Queries with Bounded Errors and Bounded Response Times on Very Large Data
BlinkDB is a massively parallel, approximate query engine for running interactive SQL queries on large volumes of data. It allows users to trade-off query accuracy for response time, enabling interactive queries over massive data by running queries on data samples and presenting results annotated with meaningful error bars. To achieve this, BlinkDB uses two key ideas: (1) An adaptive optimization framework that builds and maintains a set of multi-dimensional samples from original data over time, and (2) A dynamic sample selection strategy that selects an appropriately sized sample based on a query’s accuracy and/or response time requirements. We have evaluated BlinkDB on the well-known TPC-H benchmarks, a real-world analytic workload derived from Conviva Inc. and are in the process of deploying it at Facebook Inc.
BlinkDB has been demonstrated live at VLDB 2012 on a 100 node Amazon EC2 cluster answering a range of queries on 17 TBs of data in less than 2 seconds (over 200x faster than Hive), within an error of 2-10%.
The current version of BlinkDB supports a slightly constrained set of SQL-style declarative queries and provides approximate results for standard SQL aggregate queries, specifically queries involving COUNT, AVG, SUM and PERCENTILE and is being extended to support any User-Defined Functions (UDFs). Queries involving these operations can be annotated with either an error bound, or a time constraint, based on which the system selects an appropriate sample to operate on.

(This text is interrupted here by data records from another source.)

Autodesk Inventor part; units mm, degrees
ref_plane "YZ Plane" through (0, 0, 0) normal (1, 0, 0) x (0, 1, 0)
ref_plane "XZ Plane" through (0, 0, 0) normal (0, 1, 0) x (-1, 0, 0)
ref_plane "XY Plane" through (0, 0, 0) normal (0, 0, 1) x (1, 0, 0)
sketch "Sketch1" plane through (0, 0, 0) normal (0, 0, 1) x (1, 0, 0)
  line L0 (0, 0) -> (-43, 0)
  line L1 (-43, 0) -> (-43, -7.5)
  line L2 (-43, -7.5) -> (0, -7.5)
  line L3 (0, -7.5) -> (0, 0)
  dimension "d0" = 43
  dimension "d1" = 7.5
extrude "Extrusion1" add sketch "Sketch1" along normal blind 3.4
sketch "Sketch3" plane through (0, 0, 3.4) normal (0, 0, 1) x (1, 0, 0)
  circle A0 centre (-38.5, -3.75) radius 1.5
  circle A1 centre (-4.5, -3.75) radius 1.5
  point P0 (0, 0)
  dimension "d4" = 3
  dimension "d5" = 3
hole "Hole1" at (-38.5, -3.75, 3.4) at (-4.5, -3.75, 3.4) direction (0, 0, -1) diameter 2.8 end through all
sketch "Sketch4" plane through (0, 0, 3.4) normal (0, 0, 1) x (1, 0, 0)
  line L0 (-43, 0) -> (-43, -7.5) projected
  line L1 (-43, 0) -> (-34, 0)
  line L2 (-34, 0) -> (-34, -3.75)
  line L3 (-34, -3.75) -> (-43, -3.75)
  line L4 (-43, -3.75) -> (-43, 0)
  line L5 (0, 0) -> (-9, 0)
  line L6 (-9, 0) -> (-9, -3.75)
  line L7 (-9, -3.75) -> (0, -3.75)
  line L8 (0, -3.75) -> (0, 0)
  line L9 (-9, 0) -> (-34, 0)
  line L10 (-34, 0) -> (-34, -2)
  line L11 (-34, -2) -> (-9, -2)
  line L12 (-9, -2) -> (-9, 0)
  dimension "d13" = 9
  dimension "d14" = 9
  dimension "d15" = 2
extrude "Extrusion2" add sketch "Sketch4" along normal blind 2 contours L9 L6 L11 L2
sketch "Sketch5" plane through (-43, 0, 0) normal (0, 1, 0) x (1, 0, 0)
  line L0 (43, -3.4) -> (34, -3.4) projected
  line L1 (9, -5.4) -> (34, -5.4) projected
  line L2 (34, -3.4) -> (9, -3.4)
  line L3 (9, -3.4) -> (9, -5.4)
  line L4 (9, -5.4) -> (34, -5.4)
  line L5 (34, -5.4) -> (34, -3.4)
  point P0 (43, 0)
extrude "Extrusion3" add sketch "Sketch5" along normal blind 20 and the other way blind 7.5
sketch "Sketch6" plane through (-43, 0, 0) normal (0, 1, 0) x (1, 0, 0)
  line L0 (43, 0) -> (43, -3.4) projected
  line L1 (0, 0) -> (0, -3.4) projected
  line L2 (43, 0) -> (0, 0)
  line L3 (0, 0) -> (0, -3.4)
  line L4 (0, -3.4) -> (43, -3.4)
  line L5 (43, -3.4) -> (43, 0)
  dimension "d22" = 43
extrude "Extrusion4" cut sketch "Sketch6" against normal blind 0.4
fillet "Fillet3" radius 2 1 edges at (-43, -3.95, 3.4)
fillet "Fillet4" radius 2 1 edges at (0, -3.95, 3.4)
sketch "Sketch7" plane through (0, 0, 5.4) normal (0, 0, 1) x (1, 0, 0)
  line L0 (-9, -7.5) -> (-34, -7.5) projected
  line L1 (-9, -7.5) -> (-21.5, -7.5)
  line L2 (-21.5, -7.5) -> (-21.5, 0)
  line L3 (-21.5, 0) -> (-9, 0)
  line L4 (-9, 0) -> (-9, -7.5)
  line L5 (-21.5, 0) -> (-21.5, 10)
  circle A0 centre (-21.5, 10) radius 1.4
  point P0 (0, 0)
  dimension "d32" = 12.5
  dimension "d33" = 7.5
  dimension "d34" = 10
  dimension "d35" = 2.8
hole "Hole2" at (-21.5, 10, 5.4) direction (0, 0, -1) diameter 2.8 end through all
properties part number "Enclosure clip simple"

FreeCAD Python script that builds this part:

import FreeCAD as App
import Part
import Sketcher

V = App.Vector
Q = App.Units.Quantity


def edges_at(feature, points):
    """Names of the edges that pass closest to the given points."""
    edges = feature.Shape.Edges
    near = lambda p: min(range(len(edges)), key=lambda i: edges[i].distToShape(Part.Vertex(*p))[0])
    return sorted({f"Edge{near(p) + 1}" for p in points})


def add_polygon(sketch, points):
    """Adds a closed chain of lines whose ends are joined by coincident constraints."""
    first, n = sketch.GeometryCount, len(points)
    for a, b in zip(points, points[1:] + points[:1]):
        sketch.addGeometry(Part.LineSegment(App.Vector(*a, 0), App.Vector(*b, 0)), False)
    for i in range(n):
        sketch.addConstraint(Sketcher.Constraint("Coincident", first + i, 2, first + (i + 1) % n, 1))

doc = App.newDocument("Part")
body = doc.addObject("PartDesign::Body", "Body")

# Sketch on XY plane
sketch1 = doc.addObject("Sketcher::SketchObject", "Sketch")
body.addObject(sketch1)
sketch1.AttachmentSupport = (doc.XY_Plane, [""])
sketch1.MapMode = "FlatFace"
add_polygon(sketch1, [(0, -7.5), (0, 0), (-43, 0), (-43, -7.5)])  # lines 0-3
sketch1.addConstraint([
    Sketcher.Constraint("Vertical", 0),
    Sketcher.Constraint("Horizontal", 1),
    Sketcher.Constraint("Vertical", 2),
    Sketcher.Constraint("Horizontal", 3),
    Sketcher.Constraint("Coincident", 0, 2, -1, 1),
    Sketcher.Constraint("DistanceX", 1, 2, 1, 1, Q("43 mm")),
    Sketcher.Constraint("DistanceY", 0, 1, 0, 2, Q("7.5 mm")),
])
pad1 = doc.addObject("PartDesign::Pad", "Pad")
body.addObject(pad1)
pad1.Profile = sketch1
pad1.Length = 3.4

# Sketch on XY plane
sketch2 = doc.addObject("Sketcher::SketchObject", "Sketch001")
body.addObject(sketch2)
sketch2.AttachmentSupport = (doc.XY_Plane, [""])
sketch2.MapMode = "FlatFace"
sketch2.AttachmentOffset = App.Placement(V(0, 0, 3.4), App.Rotation())
sketch2.addGeometry([
    Part.Circle(V(-38.5, -3.75, 0), V(0, 0, 1), 1.4),
    Part.Circle(V(-4.5, -3.75, 0), V(0, 0, 1), 1.4),
], False)
sketch2.addConstraint([
    Sketcher.Constraint("Equal", 0, 1),
    Sketcher.Constraint("Horizontal", 0, 3, 1, 3),
    Sketcher.Constraint("Diameter", 0, Q("2.8 mm")),
    Sketcher.Constraint("DistanceX", 0, 3, 1, 3, Q("34 mm")),
    Sketcher.Constraint("DistanceX", 0, 3, -1, 1, Q("38.5 mm")),
    Sketcher.Constraint("DistanceY", 0, 3, -1, 1, Q("3.75 mm")),
])
doc.recompute()
hole = doc.addObject("PartDesign::Hole", "Hole")
body.addObject(hole)
hole.Profile = sketch2
hole.ThreadType = "None"
hole.Diameter = 2.8
hole.DepthType = "ThroughAll"

# Sketch on XY plane
sketch3 = doc.addObject("Sketcher::SketchObject", "Sketch002")
body.addObject(sketch3)
sketch3.AttachmentSupport = (doc.XY_Plane, [""])
sketch3.MapMode = "FlatFace"
sketch3.AttachmentOffset = App.Placement(V(0, 0, 3.4), App.Rotation())
add_polygon(sketch3, [(-9, 0), (-34, 0), (-34, -2), (-9, -2)])  # lines 0-3
sketch3.addConstraint([
    Sketcher.Constraint("Horizontal", 0),
    Sketcher.Constraint("Vertical", 1),
    Sketcher.Constraint("Horizontal", 2),
    Sketcher.Constraint("Vertical", 3),
    Sketcher.Constraint("PointOnObject", 0, 2, -1),
    Sketcher.Constraint("DistanceY", 1, 2, 1, 1, Q("2 mm")),
    Sketcher.Constraint("DistanceX", 2, 2, -1, 1, Q("9 mm")),
    Sketcher.Constraint("DistanceX", 0, 2, 0, 1, Q("25 mm")),
])
pad2 = doc.addObject("PartDesign::Pad", "Pad001")
body.addObject(pad2)
pad2.Profile = sketch3
pad2.Length = 2

# Sketch on XZ plane
sketch4 = doc.addObject("Sketcher::SketchObject", "Sketch003")
body.addObject(sketch4)
sketch4.AttachmentSupport = (doc.XZ_Plane, [""])
sketch4.MapMode = "FlatFace"
add_polygon(sketch4, [(-34, 3.4), (-34, 5.4), (-9, 5.4), (-9, 3.4)])  # lines 0-3
sketch4.addConstraint([
    Sketcher.Constraint("Vertical", 0),
    Sketcher.Constraint("Horizontal", 1),
    Sketcher.Constraint("Vertical", 2),
    Sketcher.Constraint("Horizontal", 3),
    Sketcher.Constraint("DistanceX", 1, 1, 1, 2, Q("25 mm")),
    Sketcher.Constraint("DistanceY", 0, 1, 0, 2, Q("2 mm")),
    Sketcher.Constraint("DistanceX", 0, 2, -1, 1, Q("34 mm")),
    Sketcher.Constraint("DistanceY", -1, 1, 0, 2, Q("5.4 mm")),
])
pad3 = doc.addObject("PartDesign::Pad", "Pad002")
body.addObject(pad3)
pad3.Profile = sketch4
pad3.Type = "TwoLengths"
pad3.Length = 20
pad3.Length2 = 7.5
pad3.Reversed = True

# Sketch on XZ plane
sketch5 = doc.addObject("Sketcher::SketchObject", "Sketch004")
body.addObject(sketch5)
sketch5.AttachmentSupport = (doc.XZ_Plane, [""])
sketch5.MapMode = "FlatFace"
add_polygon(sketch5, [(0, 3.4), (0, 0), (-43, 0), (-43, 3.4)])  # lines 0-3
sketch5.addConstraint([
    Sketcher.Constraint("Vertical", 0),
    Sketcher.Constraint("Horizontal", 1),
    Sketcher.Constraint("Vertical", 2),
    Sketcher.Constraint("Horizontal", 3),
    Sketcher.Constraint("Coincident", 0, 2, -1, 1),
    Sketcher.Constraint("DistanceX", 1, 2, 1, 1, Q("43 mm")),
    Sketcher.Constraint("DistanceY", 0, 2, 0, 1, Q("3.4 mm")),
])
pocket1 = doc.addObject("PartDesign::Pocket", "Pocket")
body.addObject(pocket1)
pocket1.Profile = sketch5
pocket1.Length = 0.4
pocket1.Reversed = True
doc.recompute()

fillet = doc.addObject("PartDesign::Fillet", "Fillet")
body.addObject(fillet)
fillet.Base = (pocket1, edges_at(pocket1, [(-43, -3.95, 3.4)]))
fillet.Radius = 2
doc.recompute()

fillet2 = doc.addObject("PartDesign::Fillet", "Fillet001")
body.addObject(fillet2)
fillet2.Base = (fillet, edges_at(fillet, [(0, -3.95, 3.4)]))
fillet2.Radius = 2

# Sketch on XY plane
sketch6 = doc.addObject("Sketcher::SketchObject", "Sketch005")
body.addObject(sketch6)
sketch6.AttachmentSupport = (doc.XY_Plane, [""])
sketch6.MapMode = "FlatFace"
sketch6.AttachmentOffset = App.Placement(V(0, 0, 5.4), App.Rotation())
sketch6.addGeometry(Part.Circle(V(-21.5, 10, 0), V(0, 0, 1), 1.4), False)
sketch6.addConstraint([
    Sketcher.Constraint("Diameter", 0, Q("2.8 mm")),
    Sketcher.Constraint("DistanceY", -1, 1, 0, 3, Q("10 mm")),
    Sketcher.Constraint("DistanceX", 0, 3, -1, 1, Q("21.5 mm")),
])
doc.recompute()
hole2 = doc.addObject("PartDesign::Hole", "Hole001")
body.addObject(hole2)
hole2.Profile = sketch6
hole2.ThreadType = "None"
hole2.Diameter = 2.8
hole2.DepthType = "ThroughAll"

doc.recompute()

We evaluated BlinkDB’s performance on a 100 node EC2 cluster using a workload of media access traces from Conviva Inc. on 17TB of data. We compared BlinkDB to distributed query execution frameworks (Hive and Spark) that operate on full-sized datasets, evaluated the error convergence properties of multi-dimensional stratified samples used by BlinkDB and demonstrated the effectiveness of our cost models and error projections in meeting the user’s accuracy/response time requirements.
BlinkDB Vs. No Sampling
To demonstrate the advantages of sampling, we ran on two subsets of Conviva data of size 7.5 TB and 2.5 TB respectively, spread across 100 machines (each with 60GB of RAM). The smaller 2.5 TB dataset was completely cached in memory while datasets larger than 6 TB in size have to be (at least partially) spilled to disk. To demonstrate the significance of sampling even for the simplest analytical queries, we ran a simple query that computed the average of user session times with a filtering predicate on the date column and a GROUP BY on the city column. We compared the response time of the full (accurate) execution of this query in Hive on Hadoop and Hive on Spark (Shark) – both with and without caching, against its (approximate) execution on BlinkDB with a 1% error bound for each city at 95% confidence. In all cases, BlinkDB significantly outperformed its counterparts (by a factor of 10 − 200x), because it is able to read far less data to compute a fairly accurate answer.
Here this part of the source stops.